# Know your place in the universe!



## ugh1979 (Aug 27, 2010)

Do you ever think about where you are in universe?

Well here's the full location breakdown. [Click image to download high resolution version]



8)


----------



## SylvanFox (Sep 7, 2011)

At the unfashionable end of the western arm of the Milky Way Galaxy..........


----------



## Marlon (Jun 27, 2011)

It amazes me how scientists can figure this **** out


----------



## phobiaphobe (Mar 16, 2010)

This is impressive! I wonder if anyone has made something like this into an animation to get a dramatic effect--like the camera zooms out from earth all the way to the observable universe. 

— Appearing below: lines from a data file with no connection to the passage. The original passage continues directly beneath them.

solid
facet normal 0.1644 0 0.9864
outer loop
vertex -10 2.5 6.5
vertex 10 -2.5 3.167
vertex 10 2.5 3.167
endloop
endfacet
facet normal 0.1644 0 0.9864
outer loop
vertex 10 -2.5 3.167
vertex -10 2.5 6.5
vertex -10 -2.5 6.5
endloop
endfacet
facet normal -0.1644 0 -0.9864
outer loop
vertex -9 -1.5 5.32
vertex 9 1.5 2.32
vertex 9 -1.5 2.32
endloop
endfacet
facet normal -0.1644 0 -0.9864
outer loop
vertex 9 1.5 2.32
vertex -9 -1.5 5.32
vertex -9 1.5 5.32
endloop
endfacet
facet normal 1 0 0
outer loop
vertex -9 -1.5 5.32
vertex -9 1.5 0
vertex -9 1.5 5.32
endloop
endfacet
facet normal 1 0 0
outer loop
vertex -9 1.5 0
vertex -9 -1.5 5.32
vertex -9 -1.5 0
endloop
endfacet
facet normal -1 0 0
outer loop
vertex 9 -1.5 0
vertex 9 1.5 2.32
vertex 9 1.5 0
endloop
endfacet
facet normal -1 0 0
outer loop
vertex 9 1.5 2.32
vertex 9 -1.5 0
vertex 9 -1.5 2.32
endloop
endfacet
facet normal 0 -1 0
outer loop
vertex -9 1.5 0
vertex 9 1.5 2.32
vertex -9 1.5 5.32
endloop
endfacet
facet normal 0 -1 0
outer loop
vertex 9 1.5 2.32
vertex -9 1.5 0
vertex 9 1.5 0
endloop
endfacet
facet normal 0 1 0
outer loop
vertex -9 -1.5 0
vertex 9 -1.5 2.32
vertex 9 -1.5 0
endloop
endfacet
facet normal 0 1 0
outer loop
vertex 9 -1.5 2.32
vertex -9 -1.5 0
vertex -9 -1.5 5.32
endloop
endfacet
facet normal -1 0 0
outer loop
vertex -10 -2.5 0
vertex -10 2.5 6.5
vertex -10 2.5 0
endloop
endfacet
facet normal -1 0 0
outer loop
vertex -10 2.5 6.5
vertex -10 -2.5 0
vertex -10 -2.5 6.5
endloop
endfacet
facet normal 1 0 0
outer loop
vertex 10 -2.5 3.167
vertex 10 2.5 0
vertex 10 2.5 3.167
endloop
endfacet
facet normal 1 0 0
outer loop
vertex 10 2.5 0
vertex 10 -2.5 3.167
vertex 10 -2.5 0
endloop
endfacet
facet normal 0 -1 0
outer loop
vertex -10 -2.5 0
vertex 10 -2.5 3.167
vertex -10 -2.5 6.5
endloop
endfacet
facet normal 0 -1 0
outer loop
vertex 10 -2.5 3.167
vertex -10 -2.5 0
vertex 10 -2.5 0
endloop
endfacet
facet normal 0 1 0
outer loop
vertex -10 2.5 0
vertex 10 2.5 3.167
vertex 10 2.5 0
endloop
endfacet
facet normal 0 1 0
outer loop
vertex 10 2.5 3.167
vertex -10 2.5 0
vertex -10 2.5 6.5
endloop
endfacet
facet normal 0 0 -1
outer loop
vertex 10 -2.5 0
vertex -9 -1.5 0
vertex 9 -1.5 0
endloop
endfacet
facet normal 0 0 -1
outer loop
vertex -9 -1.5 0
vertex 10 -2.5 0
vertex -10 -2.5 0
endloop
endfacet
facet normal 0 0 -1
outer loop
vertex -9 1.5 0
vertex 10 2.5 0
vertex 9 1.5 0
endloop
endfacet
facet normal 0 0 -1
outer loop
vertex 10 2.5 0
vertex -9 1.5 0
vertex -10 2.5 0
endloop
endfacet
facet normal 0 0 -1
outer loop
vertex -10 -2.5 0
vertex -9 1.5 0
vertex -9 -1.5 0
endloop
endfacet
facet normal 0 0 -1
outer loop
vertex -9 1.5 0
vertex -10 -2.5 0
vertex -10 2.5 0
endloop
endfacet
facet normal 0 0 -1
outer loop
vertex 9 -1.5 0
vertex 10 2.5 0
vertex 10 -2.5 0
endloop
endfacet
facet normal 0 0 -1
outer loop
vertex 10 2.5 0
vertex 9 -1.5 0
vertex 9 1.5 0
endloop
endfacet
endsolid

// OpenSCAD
// file: ../p/rect3.scad
use <../lib.scad>
function ldraw_lib__rect3() = [
// 0 Rectangle with 3 Edges
// 0 Name: rect3.dat
// 0 Author: Mark Kennedy [mkennedy]
// 0 !LDRAW_ORG Primitive UPDATE 2010-01
// 0 !LICENSE Licensed under CC BY 4.0 : see CAreadme.txt
// 
// 0 BFC CERTIFY CCW
  [0,"BFC","CERTIFY"],
  [0,"BFC","CCW"],
// 
// 0 !HISTORY 2003-08-01 [PTadmin] Official Update 2003-02
// 0 !HISTORY 2007-06-24 [PTadmin] Header formatted for Contributor Agreement
// 0 !HISTORY 2008-07-01 [PTadmin] Official Update 2008-01
// 0 !HISTORY 2010-01-17 [mikeheide] Change winding to CCW
// 0 !HISTORY 2010-04-05 [PTadmin] Official Update 2010-01
// 
// 
// 2 24 1 0 1 -1 0 1
  [2,24,1,0,1,-1,0,1],
// 2 24 1 0 1 1 0 -1
  [2,24,1,0,1,1,0,-1],
// 2 24 -1 0 1 -1 0 -1
  [2,24,-1,0,1,-1,0,-1],
// 4 16 -1 0 1 -1 0 -1 1 0 -1 1 0 1
  [4,16,-1,0,1,-1,0,-1,1,0,-1,1,0,1],
// 0 //
];
module ldraw_lib__rect3(step=0, col=false, unit=2/5, alt=false, line=0.2, solid=!$preview)
    makepoly(ldraw_lib__rect3(), step=step, col=col, unit=unit, alt=alt, line=line, solid=solid);
ldraw_lib__rect3(line=0.2);
// file: ../p/rect.scad
use <../lib.scad>
function ldraw_lib__rect() = [
// 0 Rectangle
// 0 Name: rect.dat
// 0 Author: James Jessiman
// 0 !LDRAW_ORG Primitive UPDATE 2010-01
// 0 !LICENSE Licensed under CC BY 4.0 : see CAreadme.txt
// 
// 0 BFC CERTIFY CCW
  [0,"BFC","CERTIFY"],
  [0,"BFC","CCW"],
// 
// 0 !HISTORY 2002-04-05 [hafhead] Added BFC statement
// 0 !HISTORY 2002-04-25 [PTadmin] Official Update 2002-02
// 0 !HISTORY 2007-06-24 [PTadmin] Header formatted for Contributor Agreement
// 0 !HISTORY 2008-07-01 [PTadmin] Official Update 2008-01
// 0 !HISTORY 2010-01-17 [mikeheide] changed winding to CCW
// 0 !HISTORY 2010-04-05 [PTadmin] Official Update 2010-01
// 
// 
// 2 24 1 0 1 -1 0 1
  [2,24,1,0,1,-1,0,1],
// 2 24 -1 0 1 -1 0 -1
  [2,24,-1,0,1,-1,0,-1],
// 2 24 -1 0 -1 1 0 -1
  [2,24,-1,0,-1,1,0,-1],
// 2 24 1 0 -1 1 0 1
  [2,24,1,0,-1,1,0,1],
// 4 16 -1 0 1 -1 0 -1 1 0 -1 1 0 1
  [4,16,-1,0,1,-1,0,-1,1,0,-1,1,0,1],
// 0
];
module ldraw_lib__rect(step=0, col=false, unit=2/5, alt=false, line=0.2, solid=!$preview)
    makepoly(ldraw_lib__rect(), step=step, col=col, unit=unit, alt=alt, line=line, solid=solid);
ldraw_lib__rect(line=0.2);
// main file
use <../lib.scad>
use <../p/rect.scad>
use <../p/rect3.scad>
function ldraw_lib__u7033() = [
// 0 Modulex Slope Brick  9  4 x  1
// 0 Name: u7033.dat
// 0 Author: Magnus Forsberg [MagFors]
// 0 !LDRAW_ORG Part UPDATE 2025-09
// 0 !LICENSE Licensed under CC BY 4.0 : see CAreadme.txt
// 
// 0 BFC CERTIFY CCW
  [0,"BFC","CERTIFY"],
  [0,"BFC","CCW"],
// 
// 0 !KEYWORDS 9.4623 degree, Bricklink Mx1561B, Peeron x719, Rebrickable 1561B
// 0 !KEYWORDS slope 1:6
// 
// 0 !HISTORY 2025-06-07 [MagFors] Original design by Tore Eriksson as slp0104a
// 0 !HISTORY 2025-09-29 [OrionP] Official Update 2025-09
// 
// 1 16 0 -12.08335 0 0 0 -25 0 1 -4.16665 6.25 0 0 rect3.dat
  [1,16,0,-12.08335,0,0,0,-25,0,1,-4.16665,6.25,0,0, ldraw_lib__rect3()],
// 1 16 0 -9.55 0 22.5 0 0 3.75 -1 0 0 0 -3.75 rect.dat
  [1,16,0,-9.55,0,22.5,0,0,3.75,-1,0,0,0,-3.75, ldraw_lib__rect()],
// 2 24 -25 0 -6.25 25 0 -6.25
  [2,24,-25,0,-6.25,25,0,-6.25],
// 2 24 -25 0 6.25 25 0 6.25
  [2,24,-25,0,6.25,25,0,6.25],
// 2 24 -22.5 0 -3.75 22.5 0 -3.75
  [2,24,-22.5,0,-3.75,22.5,0,-3.75],
// 2 24 -22.5 0 3.75 22.5 0 3.75
  [2,24,-22.5,0,3.75,22.5,0,3.75],
// 1 16 -22.5 -6.65 0 0 -1 0 0 0 6.65 -3.75 0 0 rect3.dat
  [1,16,-22.5,-6.65,0,0,-1,0,0,0,6.65,-3.75,0,0, ldraw_lib__rect3()],
// 1 16 22.5 -2.9 0 0 1 0 0 0 2.9 3.75 0 0 rect3.dat
  [1,16,22.5,-2.9,0,0,1,0,0,0,2.9,3.75,0,0, ldraw_lib__rect3()],
// 4 16 22.5 0 3.75 22.5 -5.8 3.75 -22.5 -13.3 3.75 -22.5 0 3.75
  [4,16,22.5,0,3.75,22.5,-5.8,3.75,-22.5,-13.3,3.75,-22.5,0,3.75],
// 4 16 -22.5 0 -3.75 -22.5 -13.3 -3.75 22.5 -5.8 -3.75 22.5 0 -3.75
  [4,16,-22.5,0,-3.75,-22.5,-13.3,-3.75,22.5,-5.8,-3.75,22.5,0,-3.75],
// 1 16 -25 -8.125 0 0 1 0 0 0 8.125 6.25 0 0 rect3.dat
  [1,16,-25,-8.125,0,0,1,0,0,0,8.125,6.25,0,0, ldraw_lib__rect3()],
// 1 16 25 -3.95835 0 0 -1 0 -3.95835 0 0 0 0 -6.25 rect.dat
  [1,16,25,-3.95835,0,0,-1,0,-3.95835,0,0,0,0,-6.25, ldraw_lib__rect()],
// 4 16 25 0 -6.25 25 -7.9167 -6.25 -25 -16.25 -6.25 -25 0 -6.25
  [4,16,25,0,-6.25,25,-7.9167,-6.25,-25,-16.25,-6.25,-25,0,-6.25],
// 4 16 -25 0 6.25 -25 -16.25 6.25 25 -7.9167 6.25 25 0 6.25
  [4,16,-25,0,6.25,-25,-16.25,6.25,25,-7.9167,6.25,25,0,6.25],
// 4 16 -22.5 0 -3.75 22.5 0 -3.75 25 0 -6.25 -25 0 -6.25
  [4,16,-22.5,0,-3.75,22.5,0,-3.75,25,0,-6.25,-25,0,-6.25],
// 4 16 25 0 6.25 22.5 0 3.75 -22.5 0 3.75 -25 0 6.25
  [4,16,25,0,6.25,22.5,0,3.75,-22.5,0,3.75,-25,0,6.25],
// 4 16 -25 0 6.25 -22.5 0 3.75 -22.5 0 -3.75 -25 0 -6.25
  [4,16,-25,0,6.25,-22.5,0,3.75,-22.5,0,-3.75,-25,0,-6.25],
// 4 16 22.5 0 -3.75 22.5 0 3.75 25 0 6.25 25 0 -6.25
  [4,16,22.5,0,-3.75,22.5,0,3.75,25,0,6.25,25,0,-6.25],
];
module ldraw_lib__u7033(step=0, col=false, unit=2/5, alt=false, line=0.2, solid=!$preview)
    makepoly(ldraw_lib__u7033(), step=step, col=col, unit=unit, alt=alt, line=line, solid=solid);
ldraw_lib__u7033(line=0.2);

Do you think there is life out there? I would guess there is, maybe at the level of bacteria. Even then, bacteria-type organisms can still evolve into complex multicellular organisms and if you give a long enough time span, maybe even intelligent life can evolve.


----------



## obsidianavenger (Sep 1, 2011)

seeeeee, we are at the center of the universe! aristotle was just a few hundreds of orders of magnitude off


----------



## fatelogic (Jun 21, 2011)

> seeeeee, we are at the center of the universe! aristotle was just a few hundreds of orders of magnitude off


 right you are grasshopper, but also you forget that our perspective will always make us look like we are in the center ... because we are looking outward with out an outsiders perspective.


----------



## lonelyjew (Jan 20, 2010)

Amazing. Thanks for posting.


----------



## Jcoj613 (May 1, 2011)

My place is right here, nothing else matters right now.


----------



## Marlon (Jun 27, 2011)

obsidianavenger said:


> seeeeee, we are at the center of the universe! aristotle was just a few hundreds of orders of magnitude off


we are the center of the _observable_ universe, which is exactly what the image is of


----------



## Neptunus (Oct 29, 2007)

I prefer the restaurant at the end of the universe. :b

On a serious note -- very cool!


----------



## Ashley1990 (Aug 27, 2011)

nice thought


----------



## kitkatstar1 (Jan 9, 2010)

If I look really hard I can see my house.


----------



## kelsomania (Oct 12, 2010)

phobiaphobe said:


> This is impressive! I wonder if anyone has made something like this into an animation to get a dramatic effect--like the camera zooms out from earth all the way to the observable universe.
> .


We had to watch this video for one of my art classes. It zooms out to show the universe and then it zooms back in to show the protons of one human. Its from 1968. It might be a little boring but:


----------



## phobiaphobe (Mar 16, 2010)

kelsomania said:


> We had to watch this video for one of my art classes. It zooms out to show the universe and then it zooms back in to show the protons of one human. Its from 1968. It might be a little boring but:


Thanks! I like the video and it's interesting to be reminded that a lot of the universe is nothingness, or space. Like at the farthest distance, you can see dots representing galaxies, but it's mostly darkness. Similarly, at the level of the atom, there is mostly space between the electron clouds and the atom's nucleus.


----------



## obsidianavenger (Sep 1, 2011)

Marlon said:


> we are the center of the _observable_ universe, which is exactly what the image is of


i know lol its a joke because we're at the center of the observable universe by definition... i thought it was funny anyways


----------



## lazy (Nov 19, 2008)

interesting and creepy at the same time


----------



## ugh1979 (Aug 27, 2010)

lazy said:


> interesting and creepy at the same time


What makes it creepy?


----------



## lazy (Nov 19, 2008)

immense size and the unknown beyond


----------



## Escape Artist (Aug 23, 2011)




----------



## ugh1979 (Aug 27, 2010)

lazy said:


> immense size and the unknown beyond


OK, strange word to use though.

*Creepy*

1. Of or producing a sensation of uneasiness or fear, as of things crawling on one's skin: a creepy feeling; a creepy story.
2. Annoyingly unpleasant; repulsive​


----------



## Globe_Trekker (Jan 29, 2009)

phobiaphobe said:


> This is impressive! I wonder if anyone has made something like this into an animation to get a dramatic effect--like the camera zooms out from earth all the way to the observable universe.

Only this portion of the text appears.